Ensure that your fish is mercury-free. Otherwise, you can use supplements.
(v) Magnesium, Vitamin D and Calcium: Pregnancy can take a toll on your bones. You need these vitamins and minerals to improve your bone density.
If you are lactose intolerant, you may have to stick with leafy greens, calcium-fortified drinks, and canned fish.
Managing celiac disease when you are pregnant can be a big challenge.
Going on a strict gluten-free diet helps address symptoms of celiac disease and prevent further damage to your body. However, this diet may be short on critical vitamins and nutrients for pregnancy, such as iron, folic acid, magnesium, zinc, and vitamin D.

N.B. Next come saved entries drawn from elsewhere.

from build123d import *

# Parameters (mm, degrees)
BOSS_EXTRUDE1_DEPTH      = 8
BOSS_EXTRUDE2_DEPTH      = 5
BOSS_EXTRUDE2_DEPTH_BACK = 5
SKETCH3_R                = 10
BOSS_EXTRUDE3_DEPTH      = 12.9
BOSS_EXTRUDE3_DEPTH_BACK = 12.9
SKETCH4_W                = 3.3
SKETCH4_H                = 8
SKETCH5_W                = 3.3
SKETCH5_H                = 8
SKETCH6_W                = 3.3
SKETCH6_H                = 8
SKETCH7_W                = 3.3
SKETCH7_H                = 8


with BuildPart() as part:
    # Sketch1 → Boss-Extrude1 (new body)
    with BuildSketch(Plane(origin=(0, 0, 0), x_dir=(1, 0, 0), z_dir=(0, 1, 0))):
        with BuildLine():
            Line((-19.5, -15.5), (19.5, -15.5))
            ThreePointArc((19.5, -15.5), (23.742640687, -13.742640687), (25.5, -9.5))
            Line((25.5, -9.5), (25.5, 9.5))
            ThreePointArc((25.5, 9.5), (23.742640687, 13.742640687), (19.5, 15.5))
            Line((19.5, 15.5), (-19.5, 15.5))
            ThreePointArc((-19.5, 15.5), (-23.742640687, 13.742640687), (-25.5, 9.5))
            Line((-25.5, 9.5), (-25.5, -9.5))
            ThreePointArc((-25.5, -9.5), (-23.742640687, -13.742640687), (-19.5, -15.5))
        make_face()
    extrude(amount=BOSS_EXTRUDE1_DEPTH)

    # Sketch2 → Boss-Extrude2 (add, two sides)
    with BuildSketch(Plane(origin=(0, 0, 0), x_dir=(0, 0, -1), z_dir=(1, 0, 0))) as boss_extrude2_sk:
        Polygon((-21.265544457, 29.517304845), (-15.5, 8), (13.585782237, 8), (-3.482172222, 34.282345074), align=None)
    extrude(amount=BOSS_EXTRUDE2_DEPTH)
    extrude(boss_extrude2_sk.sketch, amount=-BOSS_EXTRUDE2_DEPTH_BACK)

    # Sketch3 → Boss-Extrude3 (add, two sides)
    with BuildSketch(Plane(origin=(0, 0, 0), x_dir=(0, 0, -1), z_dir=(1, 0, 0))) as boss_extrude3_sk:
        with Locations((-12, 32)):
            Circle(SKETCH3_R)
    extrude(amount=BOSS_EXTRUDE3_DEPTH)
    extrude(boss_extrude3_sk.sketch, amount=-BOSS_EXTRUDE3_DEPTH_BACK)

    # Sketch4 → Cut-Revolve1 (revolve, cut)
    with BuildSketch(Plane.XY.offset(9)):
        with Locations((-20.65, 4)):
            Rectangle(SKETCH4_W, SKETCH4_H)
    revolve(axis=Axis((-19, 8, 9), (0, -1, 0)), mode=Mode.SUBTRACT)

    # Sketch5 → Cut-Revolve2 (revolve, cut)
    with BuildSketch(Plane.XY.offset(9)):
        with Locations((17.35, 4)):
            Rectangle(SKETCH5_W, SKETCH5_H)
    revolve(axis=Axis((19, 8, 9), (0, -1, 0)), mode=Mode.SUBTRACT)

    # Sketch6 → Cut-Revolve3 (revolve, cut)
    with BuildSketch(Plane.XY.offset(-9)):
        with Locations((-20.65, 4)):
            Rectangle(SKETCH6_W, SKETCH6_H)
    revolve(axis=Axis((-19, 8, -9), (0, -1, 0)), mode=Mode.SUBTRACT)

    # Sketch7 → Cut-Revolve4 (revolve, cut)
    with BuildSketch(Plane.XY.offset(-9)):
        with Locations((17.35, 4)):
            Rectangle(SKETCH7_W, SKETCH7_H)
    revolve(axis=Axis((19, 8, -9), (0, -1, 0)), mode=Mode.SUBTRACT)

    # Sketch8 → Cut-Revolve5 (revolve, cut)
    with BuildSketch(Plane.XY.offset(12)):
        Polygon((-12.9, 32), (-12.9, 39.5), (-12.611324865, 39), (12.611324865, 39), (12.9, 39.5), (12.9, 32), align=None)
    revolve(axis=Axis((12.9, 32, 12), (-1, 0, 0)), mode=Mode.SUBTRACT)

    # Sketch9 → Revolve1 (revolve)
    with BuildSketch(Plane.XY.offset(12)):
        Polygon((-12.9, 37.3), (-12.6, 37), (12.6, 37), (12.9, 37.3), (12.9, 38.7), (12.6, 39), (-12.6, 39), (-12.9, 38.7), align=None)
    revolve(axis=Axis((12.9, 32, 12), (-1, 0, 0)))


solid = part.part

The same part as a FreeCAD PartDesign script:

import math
import FreeCAD as App
import Part
import Sketcher

V = App.Vector
Q = App.Units.Quantity


def add_polygon(sketch, points):
    """Adds a closed chain of lines whose ends are joined by coincident constraints."""
    first, n = sketch.GeometryCount, len(points)
    for a, b in zip(points, points[1:] + points[:1]):
        sketch.addGeometry(Part.LineSegment(App.Vector(*a, 0), App.Vector(*b, 0)), False)
    for i in range(n):
        sketch.addConstraint(Sketcher.Constraint("Coincident", first + i, 2, first + (i + 1) % n, 1))

doc = App.newDocument("Part")
body = doc.addObject("PartDesign::Body", "Body")

# Sketch on XZ plane
sketch1 = body.newObject("Sketcher::SketchObject", "Sketch")
sketch1.AttachmentSupport = (doc.getObject("XZ_Plane"), [""])
sketch1.MapMode = "FlatFace"
sketch1.addGeometry([
    Part.LineSegment(V(-20, 16, 0), V(20, 16, 0)),  # 0
    Part.ArcOfCircle(Part.Circle(V(20, 10, 0), V(0, 0, 1), 6), math.radians(0), math.radians(90)),  # 1
    Part.LineSegment(V(26, 10, 0), V(26, -10, 0)),  # 2
    Part.ArcOfCircle(Part.Circle(V(20, -10, 0), V(0, 0, 1), 6), math.radians(-90), math.radians(0)),  # 3
    Part.LineSegment(V(20, -16, 0), V(-20, -16, 0)),  # 4
    Part.ArcOfCircle(Part.Circle(V(-20, -10, 0), V(0, 0, 1), 6), math.radians(180), math.radians(270)),  # 5
    Part.LineSegment(V(-26, -10, 0), V(-26, 10, 0)),  # 6
    Part.ArcOfCircle(Part.Circle(V(-20, 10, 0), V(0, 0, 1), 6), math.radians(90), math.radians(180)),  # 7
], False)
sketch1.addConstraint([
    Sketcher.Constraint("Tangent", 0, 2, 1, 2),
    Sketcher.Constraint("Tangent", 1, 1, 2, 1),
    Sketcher.Constraint("Tangent", 2, 2, 3, 2),
    Sketcher.Constraint("Tangent", 3, 1, 4, 1),
    Sketcher.Constraint("Tangent", 4, 2, 5, 2),
    Sketcher.Constraint("Tangent", 5, 1, 6, 1),
    Sketcher.Constraint("Tangent", 6, 2, 7, 2),
    Sketcher.Constraint("Tangent", 7, 1, 0, 1),
    Sketcher.Constraint("Horizontal", 0),
    Sketcher.Constraint("Vertical", 2),
    Sketcher.Constraint("Horizontal", 4),
    Sketcher.Constraint("Vertical", 6),
    Sketcher.Constraint("Equal", 1, 3),
    Sketcher.Constraint("Equal", 3, 5),
    Sketcher.Constraint("Equal", 5, 7),
    Sketcher.Constraint("Symmetric", 1, 3, 5, 3, -1, 1),
    Sketcher.Constraint("Radius", 1, 6.0),
    Sketcher.Constraint("DistanceX", 0, 1, 0, 2, 39.0),
    Sketcher.Constraint("DistanceY", 2, 2, 2, 1, 19.0),
])
pad1 = body.newObject("PartDesign::Pad", "Pad")
pad1.Profile = sketch1
pad1.Length = 8
pad1.Reversed = True

# Sketch on YZ plane
sketch2 = body.newObject("Sketcher::SketchObject", "Sketch001")
sketch2.AttachmentSupport = (doc.getObject("YZ_Plane"), [""])
sketch2.MapMode = "FlatFace"
add_polygon(sketch2, [(30, 21), (8, 16), (8, -14), (34, 3)])  # lines 0-3
sketch2.addConstraint([
    Sketcher.Constraint("Vertical", 1),
    Sketcher.Constraint("Perpendicular", 0, 3),
    Sketcher.Constraint("Angle", 0, Q("-165 deg")),
    Sketcher.Constraint("Angle", 2, Q("33 deg")),
    Sketcher.Constraint("DistanceX", -1, 1, 0, 2, 8.0),
    Sketcher.Constraint("DistanceY", -1, 1, 0, 2, 15.5),
    Sketcher.Constraint("Distance", 3, 18.410702),
    Sketcher.Constraint("DistanceY", 1, 2, 1, 1, 29.085782),
])
pad2 = body.newObject("PartDesign::Pad", "Pad001")
pad2.Profile = sketch2
pad2.Type = "TwoLengths"
pad2.Length = 5
pad2.Length2 = 5

# Sketch on YZ plane
sketch3 = body.newObject("Sketcher::SketchObject", "Sketch002")
sketch3.AttachmentSupport = (doc.getObject("YZ_Plane"), [""])
sketch3.MapMode = "FlatFace"
sketch3.addGeometry(Part.Circle(V(32, 12, 0), V(0, 0, 1), 10), False)
sketch3.addConstraint([
    Sketcher.Constraint("Diameter", 0, 20.0),
    Sketcher.Constraint("DistanceX", -1, 1, 0, 3, 32.0),
    Sketcher.Constraint("DistanceY", -1, 1, 0, 3, 12.0),
])
pad3 = body.newObject("PartDesign::Pad", "Pad002")
pad3.Profile = sketch3
pad3.Type = "TwoLengths"
pad3.Length = 12.9
pad3.Length2 = 12.9

# Sketch on XY plane
sketch4 = body.newObject("Sketcher::SketchObject", "Sketch003")
sketch4.AttachmentSupport = (doc.getObject("XY_Plane"), [""])
sketch4.MapMode = "FlatFace"
sketch4.AttachmentOffset = App.Placement(V(0, 0, 9), App.Rotation())
add_polygon(sketch4, [(-22.3, 8), (-22.3, 0), (-19, 0), (-19, 8)])  # lines 0-3
sketch4.addGeometry(Part.LineSegment(V(-19, 8, 0), V(-19, 0, 0)), True)  # axis
sketch4.addConstraint([
    Sketcher.Constraint("Vertical", 0),
    Sketcher.Constraint("Horizontal", 1),
    Sketcher.Constraint("Vertical", 2),
    Sketcher.Constraint("Horizontal", 3),
    Sketcher.Constraint("Vertical", 4),
    Sketcher.Constraint("Coincident", 4, 1, 2, 2),
    Sketcher.Constraint("PointOnObject", 0, 2, -1),
    Sketcher.Constraint("PointOnObject", 4, 2, -1),
    Sketcher.Constraint("DistanceY", 0, 2, 0, 1, 8.0),
    Sketcher.Constraint("DistanceX", 1, 1, 1, 2, 3.3),
    Sketcher.Constraint("DistanceX", 1, 2, -1, 1, 19.0),
])
groove = body.newObject("PartDesign::Groove", "Groove")
groove.Profile = sketch4
groove.ReferenceAxis = (sketch4, ["Axis0"])
groove.Angle = 360

# Sketch on XY plane
sketch5 = body.newObject("Sketcher::SketchObject", "Sketch004")
sketch5.AttachmentSupport = (doc.getObject("XY_Plane"), [""])
sketch5.MapMode = "FlatFace"
sketch5.AttachmentOffset = App.Placement(V(0, 0, 9), App.Rotation())
add_polygon(sketch5, [(15.7, 8), (15.7, 0), (19, 0), (19, 8)])  # lines 0-3
sketch5.addGeometry(Part.LineSegment(V(19, 8, 0), V(19, 0, 0)), True)  # axis
sketch5.addConstraint([
    Sketcher.Constraint("Vertical", 0),
    Sketcher.Constraint("Horizontal", 1),
    Sketcher.Constraint("Vertical", 2),
    Sketcher.Constraint("Horizontal", 3),
    Sketcher.Constraint("Vertical", 4),
    Sketcher.Constraint("Coincident", 4, 1, 2, 2),
    Sketcher.Constraint("PointOnObject", 0, 2, -1),
    Sketcher.Constraint("PointOnObject", 4, 2, -1),
    Sketcher.Constraint("DistanceY", 0, 2, 0, 1, 8.0),
    Sketcher.Constraint("DistanceX", 1, 1, 1, 2, 3.3),
    Sketcher.Constraint("DistanceX", -1, 1, 1, 2, 19.0),
])
groove2 = body.newObject("PartDesign::Groove", "Groove001")
groove2.Profile = sketch5
groove2.ReferenceAxis = (sketch5, ["Axis0"])
groove2.Angle = 360

# Sketch on XY plane
sketch6 = body.newObject("Sketcher::SketchObject", "Sketch005")
sketch6.AttachmentSupport = (doc.getObject("XY_Plane"), [""])
sketch6.MapMode = "FlatFace"
sketch6.AttachmentOffset = App.Placement(V(0, 0, -9), App.Rotation())
add_polygon(sketch6, [(-22.3, 8), (-22.3, 0), (-19, 0), (-19, 8)])  # lines 0-3
sketch6.addGeometry(Part.LineSegment(V(-19, 8, 0), V(-19, 0, 0)), True)  # axis
sketch6.addConstraint([
    Sketcher.Constraint("Vertical", 0),
    Sketcher.Constraint("Horizontal", 1),
    Sketcher.Constraint("Vertical", 2),
    Sketcher.Constraint("Horizontal", 3),
    Sketcher.Constraint("Vertical", 4),
    Sketcher.Constraint("Coincident", 4, 1, 2, 2),
    Sketcher.Constraint("PointOnObject", 0, 2, -1),
    Sketcher.Constraint("PointOnObject", 4, 2, -1),
    Sketcher.Constraint("DistanceY", 0, 2, 0, 1, 8.0),
    Sketcher.Constraint("DistanceX", 1, 1, 1, 2, 3.3),
    Sketcher.Constraint("DistanceX", 1, 2, -1, 1, 19.0),
])
groove3 = body.newObject("PartDesign::Groove", "Groove002")
groove3.Profile = sketch6
groove3.ReferenceAxis = (sketch6, ["Axis0"])
groove3.Angle = 360

# Sketch on XY plane
sketch7 = body.newObject("Sketcher::SketchObject", "Sketch006")
sketch7.AttachmentSupport = (doc.getObject("XY_Plane"), [""])
sketch7.MapMode = "FlatFace"
sketch7.AttachmentOffset = App.Placement(V(0, 0, -9), App.Rotation())
add_polygon(sketch7, [(15.7, 8), (15.7, 0), (19, 0), (19, 8)])  # lines 0-3
sketch7.addGeometry(Part.LineSegment(V(19, 8, 0), V(19, 0, 0)), True)  # axis
sketch7.addConstraint([
    Sketcher.Constraint("Vertical", 0),
    Sketcher.Constraint("Horizontal", 1),
    Sketcher.Constraint("Vertical", 2),
    Sketcher.Constraint("Horizontal", 3),
    Sketcher.Constraint("Vertical", 4),
    Sketcher.Constraint("Coincident", 4, 1, 2, 2),
    Sketcher.Constraint("PointOnObject", 0, 2, -1),
    Sketcher.Constraint("PointOnObject", 4, 2, -1),
    Sketcher.Constraint("DistanceY", 0, 2, 0, 1, 8.0),
    Sketcher.Constraint("DistanceX", 1, 1, 1, 2, 3.3),
    Sketcher.Constraint("DistanceX", -1, 1, 1, 2, 19.0),
])
groove4 = body.newObject("PartDesign::Groove", "Groove003")
groove4.Profile = sketch7
groove4.ReferenceAxis = (sketch7, ["Axis0"])
groove4.Angle = 360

Celiac damage on the small intestine also causes malabsorption of these nutrients. Celiac disease may affect your pregnancy as well.
If left untreated, celiac disease may increase your chances of developing serious pregnancy complications and problems, ranging from miscarriage and infertility to low birth weight and preterm delivery.
For instance, one Italian study showed that 65 percent of celiac women develop at least one pregnancy problem or reproductive disorder.
These risks differ depending on whether a woman has been diagnosed with celiac prior to pregnancy. The sooner you get confirmation of celiac, the earlier you go on a gluten-free diet, preventing more possible complications.
If you have celiac disease, you must eat a diet rich in folic acid, calcium, magnesium, zinc, iron, and omega-3 fatty acids. Make sure you load up on leafy greens, fish without mercury, beans, broccoli, citrus fruits, and spinach.